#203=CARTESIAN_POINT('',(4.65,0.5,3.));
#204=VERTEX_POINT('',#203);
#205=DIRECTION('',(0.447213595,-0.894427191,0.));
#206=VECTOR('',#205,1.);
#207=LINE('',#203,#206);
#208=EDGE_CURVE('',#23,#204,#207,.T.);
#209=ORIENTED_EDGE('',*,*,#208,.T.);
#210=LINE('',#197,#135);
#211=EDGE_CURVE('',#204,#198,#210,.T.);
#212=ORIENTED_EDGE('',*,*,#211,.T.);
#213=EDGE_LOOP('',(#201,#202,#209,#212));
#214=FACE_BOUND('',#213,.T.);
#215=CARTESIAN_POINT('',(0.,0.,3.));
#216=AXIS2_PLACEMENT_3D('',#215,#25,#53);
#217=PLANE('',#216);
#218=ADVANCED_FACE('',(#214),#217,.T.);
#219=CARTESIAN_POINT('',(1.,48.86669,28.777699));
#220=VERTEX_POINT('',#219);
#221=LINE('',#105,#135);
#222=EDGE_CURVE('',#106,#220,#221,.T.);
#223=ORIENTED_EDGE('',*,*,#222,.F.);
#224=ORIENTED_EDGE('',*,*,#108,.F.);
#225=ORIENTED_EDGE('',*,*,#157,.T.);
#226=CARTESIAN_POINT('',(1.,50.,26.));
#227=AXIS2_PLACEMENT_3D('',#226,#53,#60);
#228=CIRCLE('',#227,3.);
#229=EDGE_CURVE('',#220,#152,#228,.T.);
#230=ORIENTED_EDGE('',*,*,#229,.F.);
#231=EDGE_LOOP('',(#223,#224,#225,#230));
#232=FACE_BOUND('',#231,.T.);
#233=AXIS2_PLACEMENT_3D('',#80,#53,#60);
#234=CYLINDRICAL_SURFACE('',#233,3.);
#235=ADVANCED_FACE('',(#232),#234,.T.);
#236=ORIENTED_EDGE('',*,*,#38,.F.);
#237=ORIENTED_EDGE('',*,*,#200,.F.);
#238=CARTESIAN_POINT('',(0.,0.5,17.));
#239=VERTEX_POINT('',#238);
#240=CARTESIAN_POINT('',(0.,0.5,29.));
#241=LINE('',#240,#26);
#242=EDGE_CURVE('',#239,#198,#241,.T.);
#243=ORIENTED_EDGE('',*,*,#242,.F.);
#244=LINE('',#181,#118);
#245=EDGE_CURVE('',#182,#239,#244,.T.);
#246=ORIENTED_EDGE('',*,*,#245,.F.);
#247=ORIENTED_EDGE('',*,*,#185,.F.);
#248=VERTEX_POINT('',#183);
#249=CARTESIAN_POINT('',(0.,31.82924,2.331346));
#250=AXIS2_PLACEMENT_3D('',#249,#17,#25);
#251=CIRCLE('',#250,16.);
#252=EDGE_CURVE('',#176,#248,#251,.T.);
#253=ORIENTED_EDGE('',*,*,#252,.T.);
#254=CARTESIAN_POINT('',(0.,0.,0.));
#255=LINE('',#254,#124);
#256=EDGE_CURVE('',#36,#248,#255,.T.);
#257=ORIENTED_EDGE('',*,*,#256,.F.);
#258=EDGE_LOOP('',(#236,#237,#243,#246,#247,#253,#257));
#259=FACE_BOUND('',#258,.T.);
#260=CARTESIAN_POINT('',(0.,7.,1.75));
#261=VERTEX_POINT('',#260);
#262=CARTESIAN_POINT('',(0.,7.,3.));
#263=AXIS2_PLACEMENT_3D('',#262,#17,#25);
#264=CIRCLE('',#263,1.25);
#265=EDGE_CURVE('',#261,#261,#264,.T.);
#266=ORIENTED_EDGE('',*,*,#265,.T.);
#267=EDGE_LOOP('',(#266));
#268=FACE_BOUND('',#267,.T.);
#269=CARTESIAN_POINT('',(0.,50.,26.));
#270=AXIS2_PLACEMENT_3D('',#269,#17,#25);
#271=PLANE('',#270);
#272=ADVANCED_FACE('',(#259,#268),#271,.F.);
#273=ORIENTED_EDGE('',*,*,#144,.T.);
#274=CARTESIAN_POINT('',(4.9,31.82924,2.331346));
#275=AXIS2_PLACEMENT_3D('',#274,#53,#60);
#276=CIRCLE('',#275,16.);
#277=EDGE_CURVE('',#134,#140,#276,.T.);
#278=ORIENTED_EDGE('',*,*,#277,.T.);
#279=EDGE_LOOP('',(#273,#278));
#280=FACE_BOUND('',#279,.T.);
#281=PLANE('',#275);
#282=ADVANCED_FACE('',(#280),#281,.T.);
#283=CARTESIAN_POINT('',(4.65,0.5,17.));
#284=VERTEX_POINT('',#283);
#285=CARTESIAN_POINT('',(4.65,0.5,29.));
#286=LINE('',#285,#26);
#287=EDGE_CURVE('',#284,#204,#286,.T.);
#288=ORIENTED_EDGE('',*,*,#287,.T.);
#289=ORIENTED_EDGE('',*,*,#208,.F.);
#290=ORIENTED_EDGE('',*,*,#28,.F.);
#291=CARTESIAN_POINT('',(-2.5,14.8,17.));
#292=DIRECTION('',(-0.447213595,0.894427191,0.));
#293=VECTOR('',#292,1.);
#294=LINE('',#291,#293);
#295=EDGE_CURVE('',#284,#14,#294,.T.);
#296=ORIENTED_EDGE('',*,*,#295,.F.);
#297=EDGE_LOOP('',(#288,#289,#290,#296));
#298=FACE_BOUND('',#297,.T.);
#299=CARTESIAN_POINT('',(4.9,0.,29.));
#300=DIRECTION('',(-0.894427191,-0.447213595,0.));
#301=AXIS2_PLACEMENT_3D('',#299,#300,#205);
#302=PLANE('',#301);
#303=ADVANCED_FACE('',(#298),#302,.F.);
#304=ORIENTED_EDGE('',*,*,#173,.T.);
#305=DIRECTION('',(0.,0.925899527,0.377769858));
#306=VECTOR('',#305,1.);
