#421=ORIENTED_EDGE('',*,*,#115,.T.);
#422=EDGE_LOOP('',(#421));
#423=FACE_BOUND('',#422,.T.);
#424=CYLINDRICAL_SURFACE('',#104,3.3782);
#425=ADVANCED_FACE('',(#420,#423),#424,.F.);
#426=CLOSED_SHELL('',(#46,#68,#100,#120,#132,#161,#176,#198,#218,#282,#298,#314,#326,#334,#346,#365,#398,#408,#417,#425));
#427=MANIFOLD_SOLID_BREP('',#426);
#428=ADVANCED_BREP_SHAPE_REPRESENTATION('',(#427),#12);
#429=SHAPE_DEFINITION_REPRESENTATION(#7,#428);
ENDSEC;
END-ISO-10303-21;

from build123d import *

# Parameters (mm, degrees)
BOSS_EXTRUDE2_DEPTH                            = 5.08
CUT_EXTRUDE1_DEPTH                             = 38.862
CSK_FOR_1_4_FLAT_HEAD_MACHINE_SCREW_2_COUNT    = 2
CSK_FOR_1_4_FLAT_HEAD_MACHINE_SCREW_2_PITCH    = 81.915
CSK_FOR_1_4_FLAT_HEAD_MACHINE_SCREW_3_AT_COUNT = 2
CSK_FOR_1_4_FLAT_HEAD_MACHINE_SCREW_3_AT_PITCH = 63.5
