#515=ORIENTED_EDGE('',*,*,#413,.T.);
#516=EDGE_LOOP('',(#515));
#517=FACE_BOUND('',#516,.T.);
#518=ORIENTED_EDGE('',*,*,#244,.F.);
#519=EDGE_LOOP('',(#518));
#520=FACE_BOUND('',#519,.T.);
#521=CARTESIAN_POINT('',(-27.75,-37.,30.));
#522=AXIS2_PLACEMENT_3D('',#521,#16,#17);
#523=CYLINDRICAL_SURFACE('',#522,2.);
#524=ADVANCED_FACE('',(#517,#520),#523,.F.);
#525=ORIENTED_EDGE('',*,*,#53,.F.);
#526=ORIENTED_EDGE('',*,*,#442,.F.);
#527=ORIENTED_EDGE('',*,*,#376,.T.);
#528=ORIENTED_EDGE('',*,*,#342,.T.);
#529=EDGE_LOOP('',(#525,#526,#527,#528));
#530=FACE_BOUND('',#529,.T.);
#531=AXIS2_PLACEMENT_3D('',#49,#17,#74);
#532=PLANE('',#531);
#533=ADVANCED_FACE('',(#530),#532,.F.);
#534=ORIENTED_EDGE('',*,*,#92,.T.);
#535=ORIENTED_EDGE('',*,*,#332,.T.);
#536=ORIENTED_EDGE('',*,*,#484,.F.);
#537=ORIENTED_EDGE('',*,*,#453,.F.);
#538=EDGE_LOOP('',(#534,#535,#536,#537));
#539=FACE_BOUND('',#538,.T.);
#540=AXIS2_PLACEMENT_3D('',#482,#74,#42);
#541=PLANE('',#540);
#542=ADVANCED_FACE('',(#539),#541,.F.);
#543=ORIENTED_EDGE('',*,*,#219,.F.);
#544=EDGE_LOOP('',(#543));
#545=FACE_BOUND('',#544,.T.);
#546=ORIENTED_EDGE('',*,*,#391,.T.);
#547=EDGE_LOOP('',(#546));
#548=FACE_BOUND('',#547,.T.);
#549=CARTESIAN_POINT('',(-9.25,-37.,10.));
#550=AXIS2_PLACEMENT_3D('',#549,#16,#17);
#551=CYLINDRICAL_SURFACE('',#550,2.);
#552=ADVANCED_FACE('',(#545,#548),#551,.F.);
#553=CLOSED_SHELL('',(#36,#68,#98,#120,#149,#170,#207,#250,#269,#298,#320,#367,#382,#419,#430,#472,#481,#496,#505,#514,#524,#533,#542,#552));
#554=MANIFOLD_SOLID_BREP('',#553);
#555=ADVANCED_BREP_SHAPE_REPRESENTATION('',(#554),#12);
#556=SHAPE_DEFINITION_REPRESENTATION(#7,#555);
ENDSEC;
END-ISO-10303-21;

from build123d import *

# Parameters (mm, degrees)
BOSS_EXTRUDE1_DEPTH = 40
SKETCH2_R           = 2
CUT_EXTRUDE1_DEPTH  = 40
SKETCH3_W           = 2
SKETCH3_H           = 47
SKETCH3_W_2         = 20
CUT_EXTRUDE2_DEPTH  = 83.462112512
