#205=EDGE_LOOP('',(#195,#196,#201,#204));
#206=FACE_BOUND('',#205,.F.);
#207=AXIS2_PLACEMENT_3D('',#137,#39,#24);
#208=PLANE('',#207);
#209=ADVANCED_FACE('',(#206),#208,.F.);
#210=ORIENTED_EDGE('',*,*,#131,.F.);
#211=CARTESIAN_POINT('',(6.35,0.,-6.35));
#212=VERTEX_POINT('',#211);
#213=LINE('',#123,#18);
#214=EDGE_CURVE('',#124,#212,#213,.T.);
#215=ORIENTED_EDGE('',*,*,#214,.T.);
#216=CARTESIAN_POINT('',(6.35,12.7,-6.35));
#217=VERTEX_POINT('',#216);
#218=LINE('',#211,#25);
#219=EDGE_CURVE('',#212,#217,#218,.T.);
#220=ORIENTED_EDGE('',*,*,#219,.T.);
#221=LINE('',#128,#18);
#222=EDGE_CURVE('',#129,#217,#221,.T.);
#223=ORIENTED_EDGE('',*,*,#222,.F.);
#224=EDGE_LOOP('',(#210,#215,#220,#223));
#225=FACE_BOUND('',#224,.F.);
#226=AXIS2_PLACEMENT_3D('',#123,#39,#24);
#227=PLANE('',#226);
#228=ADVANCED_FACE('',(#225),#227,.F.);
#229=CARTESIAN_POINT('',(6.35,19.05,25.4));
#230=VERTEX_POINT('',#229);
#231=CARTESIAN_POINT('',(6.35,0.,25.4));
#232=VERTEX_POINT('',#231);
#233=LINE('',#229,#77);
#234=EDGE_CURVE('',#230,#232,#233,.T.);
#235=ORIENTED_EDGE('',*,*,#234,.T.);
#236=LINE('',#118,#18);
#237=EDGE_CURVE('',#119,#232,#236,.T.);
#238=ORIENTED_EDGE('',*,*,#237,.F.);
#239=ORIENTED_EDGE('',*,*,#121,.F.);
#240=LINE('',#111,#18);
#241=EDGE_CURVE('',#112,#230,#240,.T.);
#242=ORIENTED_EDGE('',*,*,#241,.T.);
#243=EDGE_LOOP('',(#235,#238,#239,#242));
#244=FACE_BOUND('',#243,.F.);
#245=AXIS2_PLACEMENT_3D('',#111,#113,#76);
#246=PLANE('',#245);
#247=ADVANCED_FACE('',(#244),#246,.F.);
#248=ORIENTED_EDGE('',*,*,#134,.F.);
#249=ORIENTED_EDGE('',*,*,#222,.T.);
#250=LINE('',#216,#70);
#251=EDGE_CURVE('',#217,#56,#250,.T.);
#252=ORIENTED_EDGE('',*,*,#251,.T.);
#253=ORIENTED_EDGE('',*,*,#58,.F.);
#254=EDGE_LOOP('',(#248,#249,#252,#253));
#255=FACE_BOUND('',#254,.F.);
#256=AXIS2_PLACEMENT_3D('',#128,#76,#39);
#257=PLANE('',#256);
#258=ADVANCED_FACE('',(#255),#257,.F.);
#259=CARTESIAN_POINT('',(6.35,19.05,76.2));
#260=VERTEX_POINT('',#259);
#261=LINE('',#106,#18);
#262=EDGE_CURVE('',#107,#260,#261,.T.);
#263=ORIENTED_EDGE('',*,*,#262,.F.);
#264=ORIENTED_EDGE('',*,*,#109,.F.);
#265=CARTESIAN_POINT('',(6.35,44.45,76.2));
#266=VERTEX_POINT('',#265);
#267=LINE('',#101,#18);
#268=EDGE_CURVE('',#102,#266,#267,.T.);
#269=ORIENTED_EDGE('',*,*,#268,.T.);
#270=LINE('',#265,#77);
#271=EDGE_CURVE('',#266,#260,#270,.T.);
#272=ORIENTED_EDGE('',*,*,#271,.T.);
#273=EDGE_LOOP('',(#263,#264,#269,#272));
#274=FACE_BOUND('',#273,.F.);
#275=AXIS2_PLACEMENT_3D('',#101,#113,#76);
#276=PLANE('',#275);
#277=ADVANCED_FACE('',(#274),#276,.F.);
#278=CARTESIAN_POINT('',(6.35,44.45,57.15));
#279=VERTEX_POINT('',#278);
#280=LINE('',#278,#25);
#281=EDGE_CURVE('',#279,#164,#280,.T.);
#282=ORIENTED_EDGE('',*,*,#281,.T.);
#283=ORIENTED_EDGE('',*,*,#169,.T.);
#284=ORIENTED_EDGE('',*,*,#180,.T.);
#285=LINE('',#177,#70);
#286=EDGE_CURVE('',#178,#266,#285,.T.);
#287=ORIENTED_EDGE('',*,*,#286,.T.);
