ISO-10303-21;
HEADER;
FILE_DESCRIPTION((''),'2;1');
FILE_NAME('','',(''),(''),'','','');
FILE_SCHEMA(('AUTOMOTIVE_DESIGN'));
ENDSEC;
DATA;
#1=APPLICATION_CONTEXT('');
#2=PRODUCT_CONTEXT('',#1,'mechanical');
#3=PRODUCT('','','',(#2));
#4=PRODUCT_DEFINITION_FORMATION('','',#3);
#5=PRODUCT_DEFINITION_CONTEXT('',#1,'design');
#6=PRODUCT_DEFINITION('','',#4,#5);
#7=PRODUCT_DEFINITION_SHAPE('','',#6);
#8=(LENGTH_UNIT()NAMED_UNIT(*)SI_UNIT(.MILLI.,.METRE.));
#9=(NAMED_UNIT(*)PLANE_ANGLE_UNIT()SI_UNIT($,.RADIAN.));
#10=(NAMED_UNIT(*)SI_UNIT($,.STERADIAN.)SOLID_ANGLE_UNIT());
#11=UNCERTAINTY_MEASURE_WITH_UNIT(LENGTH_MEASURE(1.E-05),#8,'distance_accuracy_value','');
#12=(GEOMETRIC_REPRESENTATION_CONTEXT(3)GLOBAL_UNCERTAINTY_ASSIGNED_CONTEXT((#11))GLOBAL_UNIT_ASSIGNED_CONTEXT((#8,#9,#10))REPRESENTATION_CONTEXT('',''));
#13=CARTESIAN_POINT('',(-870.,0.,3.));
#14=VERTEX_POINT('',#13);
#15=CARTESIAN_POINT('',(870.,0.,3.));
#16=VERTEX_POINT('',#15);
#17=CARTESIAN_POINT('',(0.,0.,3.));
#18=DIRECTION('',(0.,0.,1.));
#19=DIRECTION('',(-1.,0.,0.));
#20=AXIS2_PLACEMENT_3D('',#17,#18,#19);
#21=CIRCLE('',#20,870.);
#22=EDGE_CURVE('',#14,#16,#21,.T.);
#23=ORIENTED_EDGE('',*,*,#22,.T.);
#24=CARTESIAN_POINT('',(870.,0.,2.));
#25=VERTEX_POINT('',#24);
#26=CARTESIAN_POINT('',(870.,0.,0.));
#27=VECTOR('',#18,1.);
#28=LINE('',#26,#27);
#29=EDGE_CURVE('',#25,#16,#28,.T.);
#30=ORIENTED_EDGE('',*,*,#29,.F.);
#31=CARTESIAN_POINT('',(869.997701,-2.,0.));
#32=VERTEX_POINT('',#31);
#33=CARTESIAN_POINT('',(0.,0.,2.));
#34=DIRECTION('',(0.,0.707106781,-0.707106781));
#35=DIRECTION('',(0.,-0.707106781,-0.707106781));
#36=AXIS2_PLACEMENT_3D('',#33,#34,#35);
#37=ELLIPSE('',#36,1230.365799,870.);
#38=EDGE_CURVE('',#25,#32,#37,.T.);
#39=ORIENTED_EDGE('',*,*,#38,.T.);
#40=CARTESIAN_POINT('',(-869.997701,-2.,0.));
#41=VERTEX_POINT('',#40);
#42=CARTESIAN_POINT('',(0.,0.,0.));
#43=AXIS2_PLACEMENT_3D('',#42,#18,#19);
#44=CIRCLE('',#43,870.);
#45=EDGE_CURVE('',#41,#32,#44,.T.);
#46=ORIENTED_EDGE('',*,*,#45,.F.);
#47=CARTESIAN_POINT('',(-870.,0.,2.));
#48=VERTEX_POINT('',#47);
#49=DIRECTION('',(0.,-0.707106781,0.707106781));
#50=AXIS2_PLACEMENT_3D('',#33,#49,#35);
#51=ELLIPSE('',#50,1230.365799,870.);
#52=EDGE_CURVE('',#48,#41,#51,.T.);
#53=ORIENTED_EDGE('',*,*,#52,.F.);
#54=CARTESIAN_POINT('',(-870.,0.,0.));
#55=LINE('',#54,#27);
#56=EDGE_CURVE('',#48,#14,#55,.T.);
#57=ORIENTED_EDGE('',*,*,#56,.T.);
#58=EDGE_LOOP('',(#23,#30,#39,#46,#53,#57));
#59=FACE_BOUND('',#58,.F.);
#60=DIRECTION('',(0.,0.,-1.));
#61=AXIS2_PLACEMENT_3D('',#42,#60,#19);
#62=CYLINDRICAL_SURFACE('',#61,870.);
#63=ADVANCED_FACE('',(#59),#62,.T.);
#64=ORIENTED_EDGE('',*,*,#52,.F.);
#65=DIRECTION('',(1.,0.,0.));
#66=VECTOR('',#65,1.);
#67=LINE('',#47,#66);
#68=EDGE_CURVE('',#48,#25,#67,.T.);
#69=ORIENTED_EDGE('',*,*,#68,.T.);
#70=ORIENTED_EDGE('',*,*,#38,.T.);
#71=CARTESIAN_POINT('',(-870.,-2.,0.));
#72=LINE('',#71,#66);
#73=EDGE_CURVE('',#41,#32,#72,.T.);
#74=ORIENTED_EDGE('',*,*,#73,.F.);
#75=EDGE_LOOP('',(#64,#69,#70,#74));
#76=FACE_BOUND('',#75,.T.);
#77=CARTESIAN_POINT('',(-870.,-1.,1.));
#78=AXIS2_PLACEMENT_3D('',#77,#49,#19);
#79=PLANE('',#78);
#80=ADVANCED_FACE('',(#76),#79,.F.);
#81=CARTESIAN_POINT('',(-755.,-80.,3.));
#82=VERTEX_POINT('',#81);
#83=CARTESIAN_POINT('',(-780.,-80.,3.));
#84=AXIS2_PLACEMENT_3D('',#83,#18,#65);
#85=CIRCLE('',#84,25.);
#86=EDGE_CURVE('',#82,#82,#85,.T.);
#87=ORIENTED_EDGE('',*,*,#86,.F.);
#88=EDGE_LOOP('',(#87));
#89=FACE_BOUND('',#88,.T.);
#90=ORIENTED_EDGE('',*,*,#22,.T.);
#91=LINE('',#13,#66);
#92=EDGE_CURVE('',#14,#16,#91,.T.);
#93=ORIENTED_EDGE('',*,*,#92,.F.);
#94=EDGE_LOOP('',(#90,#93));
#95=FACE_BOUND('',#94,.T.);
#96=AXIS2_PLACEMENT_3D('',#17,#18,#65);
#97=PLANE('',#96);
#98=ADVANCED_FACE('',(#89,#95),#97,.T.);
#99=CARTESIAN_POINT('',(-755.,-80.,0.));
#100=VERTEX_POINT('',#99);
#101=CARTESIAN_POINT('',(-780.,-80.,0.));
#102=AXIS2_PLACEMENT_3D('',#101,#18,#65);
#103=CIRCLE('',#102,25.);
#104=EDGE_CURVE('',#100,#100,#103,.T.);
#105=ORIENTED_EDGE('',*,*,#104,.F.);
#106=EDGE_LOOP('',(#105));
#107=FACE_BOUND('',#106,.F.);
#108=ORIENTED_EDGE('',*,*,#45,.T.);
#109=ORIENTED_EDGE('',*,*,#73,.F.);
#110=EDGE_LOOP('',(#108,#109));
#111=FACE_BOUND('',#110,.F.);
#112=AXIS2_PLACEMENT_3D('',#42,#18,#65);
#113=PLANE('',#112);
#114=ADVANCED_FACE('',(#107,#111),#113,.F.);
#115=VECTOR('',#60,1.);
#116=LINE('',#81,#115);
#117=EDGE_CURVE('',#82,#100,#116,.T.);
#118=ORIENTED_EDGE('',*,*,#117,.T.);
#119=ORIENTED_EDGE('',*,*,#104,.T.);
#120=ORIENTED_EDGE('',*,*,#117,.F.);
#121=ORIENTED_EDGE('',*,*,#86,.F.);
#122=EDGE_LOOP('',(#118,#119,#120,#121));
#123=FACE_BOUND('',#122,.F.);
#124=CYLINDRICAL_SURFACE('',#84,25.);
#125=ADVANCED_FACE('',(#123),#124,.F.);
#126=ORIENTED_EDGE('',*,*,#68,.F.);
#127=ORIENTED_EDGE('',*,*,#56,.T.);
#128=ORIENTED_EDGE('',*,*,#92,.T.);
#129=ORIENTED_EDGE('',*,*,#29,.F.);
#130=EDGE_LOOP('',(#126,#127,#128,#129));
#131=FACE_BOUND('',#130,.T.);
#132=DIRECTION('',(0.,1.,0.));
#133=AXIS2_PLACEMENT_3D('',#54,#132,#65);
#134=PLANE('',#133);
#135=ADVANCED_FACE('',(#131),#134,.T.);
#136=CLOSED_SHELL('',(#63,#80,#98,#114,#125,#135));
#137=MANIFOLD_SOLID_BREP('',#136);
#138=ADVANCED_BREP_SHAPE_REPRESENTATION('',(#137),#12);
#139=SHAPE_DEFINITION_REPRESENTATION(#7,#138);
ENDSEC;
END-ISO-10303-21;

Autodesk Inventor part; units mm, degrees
ref_plane "YZ Plane" through (0, 0, 0) normal (1, 0, 0) x (0, 1, 0)
ref_plane "XZ Plane" through (0, 0, 0) normal (0, 1, 0) x (-1, 0, 0)
ref_plane "XY Plane" through (0, 0, 0) normal (0, 0, 1) x (1, 0, 0)
sketch "Szkic1" plane through (0, 0, 0) normal (0, 0, 1) x (1, 0, 0)
  arc A0 (-870, 0) -> (870, 0) centre (0, 0) ccw
  line L0 (-870, 0) -> (870, 0)
  dimension "d0" = 1740
extrude "Płyta1" add sketch "Szkic1" along normal blind 3
sketch "Szkic2" plane through (0, 0, 3) normal (0, 0, 1) x (1, 0, 0)
  circle A0 centre (-780, -80) radius 25
  arc A1 (-870, 0) -> (870, 0) centre (0, 0) ccw projected
  dimension "d2" = 50
  dimension "d3" = 80
  dimension "d4" = 780
extrude "Wyciągnięcie proste1" cut sketch "Szkic2" against normal blind 10
chamfer "Faza1" distance 2 angle 45 1 edges at (0, 0, 0)
equation "\"d1\" = Grubość"
equation "\"PromieńGięcia\" = Grubość"
equation "\"SzerokośćGięciaPodcięcia\" = Grubość"
equation "\"GłębokośćGięciaPodcięcia\" = 0.5 * Grubość"
equation "\"RozmiarPodcięciaNarożnika\" = 4 * Grubość"
equation "\"MinimalnaPozostałość\" = 2 * Grubość"
equation "\"PromieńPrzejścia\" = PromieńGięcia"
equation "\"Rozmiar_promienia_Jacobiego\" = PromieńGięcia"
equation "\"Wielk_odstępu\" = Grubość"
equation "\"Grubość\" = 3"
properties part number "fllooor22" material "Stal nierdzewna"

* * * * * * * * *

- Problem -
Go through the material above and state how many lines hold the word "ELLIPSE". Give only the number.

- Answer to this exercise -
2